Supplied material below:
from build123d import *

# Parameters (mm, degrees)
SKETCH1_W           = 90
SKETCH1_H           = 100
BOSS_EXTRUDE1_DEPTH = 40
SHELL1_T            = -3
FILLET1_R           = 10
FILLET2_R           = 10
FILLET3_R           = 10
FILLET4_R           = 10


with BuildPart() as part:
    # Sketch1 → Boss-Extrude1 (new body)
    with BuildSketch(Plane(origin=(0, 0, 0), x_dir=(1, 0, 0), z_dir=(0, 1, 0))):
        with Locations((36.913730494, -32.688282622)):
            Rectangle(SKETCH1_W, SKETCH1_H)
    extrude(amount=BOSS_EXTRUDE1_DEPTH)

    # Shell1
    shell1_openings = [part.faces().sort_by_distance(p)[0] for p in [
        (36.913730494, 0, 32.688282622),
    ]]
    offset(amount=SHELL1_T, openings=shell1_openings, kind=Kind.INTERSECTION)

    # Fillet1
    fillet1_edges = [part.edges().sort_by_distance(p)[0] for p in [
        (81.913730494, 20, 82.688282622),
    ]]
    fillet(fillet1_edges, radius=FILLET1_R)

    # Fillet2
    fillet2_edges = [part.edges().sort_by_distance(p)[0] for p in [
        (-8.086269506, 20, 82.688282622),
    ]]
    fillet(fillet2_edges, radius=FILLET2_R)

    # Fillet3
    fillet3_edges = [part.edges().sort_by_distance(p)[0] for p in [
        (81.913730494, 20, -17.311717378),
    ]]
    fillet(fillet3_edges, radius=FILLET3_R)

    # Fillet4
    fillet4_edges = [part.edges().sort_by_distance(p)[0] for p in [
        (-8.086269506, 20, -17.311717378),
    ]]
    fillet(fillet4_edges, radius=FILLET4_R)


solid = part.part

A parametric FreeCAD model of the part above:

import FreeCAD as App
import Part
import Sketcher


def edges_at(feature, points):
    """Names of the edges that pass closest to the given points."""
    edges = feature.Shape.Edges
    near = lambda p: min(range(len(edges)), key=lambda i: edges[i].distToShape(Part.Vertex(*p))[0])
    return sorted({f"Edge{near(p) + 1}" for p in points})


def faces_at(feature, points):
    """Names of the faces that lie closest to the given points."""
    faces = feature.Shape.Faces
    near = lambda p: min(range(len(faces)), key=lambda i: faces[i].distToShape(Part.Vertex(*p))[0])
    return sorted({f"Face{near(p) + 1}" for p in points})


def add_polygon(sketch, points):
    """Adds a closed chain of lines whose ends are joined by coincident constraints."""
    first, n = sketch.GeometryCount, len(points)
    for a, b in zip(points, points[1:] + points[:1]):
        sketch.addGeometry(Part.LineSegment(App.Vector(*a, 0), App.Vector(*b, 0)), False)
    for i in range(n):
        sketch.addConstraint(Sketcher.Constraint("Coincident", first + i, 2, first + (i + 1) % n, 1))

doc = App.newDocument("Part")
body = doc.addObject("PartDesign::Body", "Body")

# Sketch on XZ plane
sketch1 = body.newObject("Sketcher::SketchObject", "Sketch")
sketch1.AttachmentSupport = (doc.getObject("XZ_Plane"), [""])
sketch1.MapMode = "FlatFace"
add_polygon(sketch1, [(-8, -17), (-8, 83), (82, 83), (82, -17)])  # lines 0-3
sketch1.addConstraint(Sketcher.Constraint("Vertical", 0))
sketch1.addConstraint(Sketcher.Constraint("Horizontal", 1))
sketch1.addConstraint(Sketcher.Constraint("Vertical", 2))
sketch1.addConstraint(Sketcher.Constraint("Horizontal", 3))
sketch1.addConstraint(Sketcher.Constraint("DistanceX", 1, 1, 1, 2, 90.0))
sketch1.addConstraint(Sketcher.Constraint("DistanceY", 0, 1, 0, 2, 100.0))
sketch1.addConstraint(Sketcher.Constraint("DistanceX", 0, 2, -1, 1, 8.08627))
sketch1.addConstraint(Sketcher.Constraint("DistanceY", -1, 1, 0, 2, 82.688283))
pad1 = body.newObject("PartDesign::Pad", "Pad")
pad1.Profile = sketch1
pad1.Length = 40
pad1.Reversed = True
doc.recompute()

thickness = body.newObject("PartDesign::Thickness", "Thickness")
thickness.Base = (pad1, faces_at(pad1, [(36.914, 0, 32.688)]))
thickness.Value = 3
thickness.Reversed = True
thickness.Join = "Intersection"
doc.recompute()

fillet = body.newObject("PartDesign::Fillet", "Fillet")
fillet.Base = (thickness, edges_at(thickness, [(81.914, 20, 82.688)]))
fillet.Radius = 10
doc.recompute()

fillet2 = body.newObject("PartDesign::Fillet", "Fillet001")
fillet2.Base = (fillet, edges_at(fillet, [(-8.086, 20, 82.688)]))
fillet2.Radius = 10
doc.recompute()

fillet3 = body.newObject("PartDesign::Fillet", "Fillet002")
fillet3.Base = (fillet2, edges_at(fillet2, [(81.914, 20, -17.312)]))
fillet3.Radius = 10
doc.recompute()

fillet4 = body.newObject("PartDesign::Fillet", "Fillet003")
fillet4.Base = (fillet3, edges_at(fillet3, [(-8.086, 20, -17.312)]))
fillet4.Radius = 10

doc.recompute()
End of Supplied material.
Exercise aim
Begin at the top of the listing above and set down each line exactly. Stop after the line that contains "# Sketch1 → Boss-Extrude1 (new body)".

Response to the exercise
from build123d import *

# Parameters (mm, degrees)
SKETCH1_W           = 90
SKETCH1_H           = 100
BOSS_EXTRUDE1_DEPTH = 40
SHELL1_T            = -3
FILLET1_R           = 10
FILLET2_R           = 10
FILLET3_R           = 10
FILLET4_R           = 10


with BuildPart() as part:
    # Sketch1 → Boss-Extrude1 (new body)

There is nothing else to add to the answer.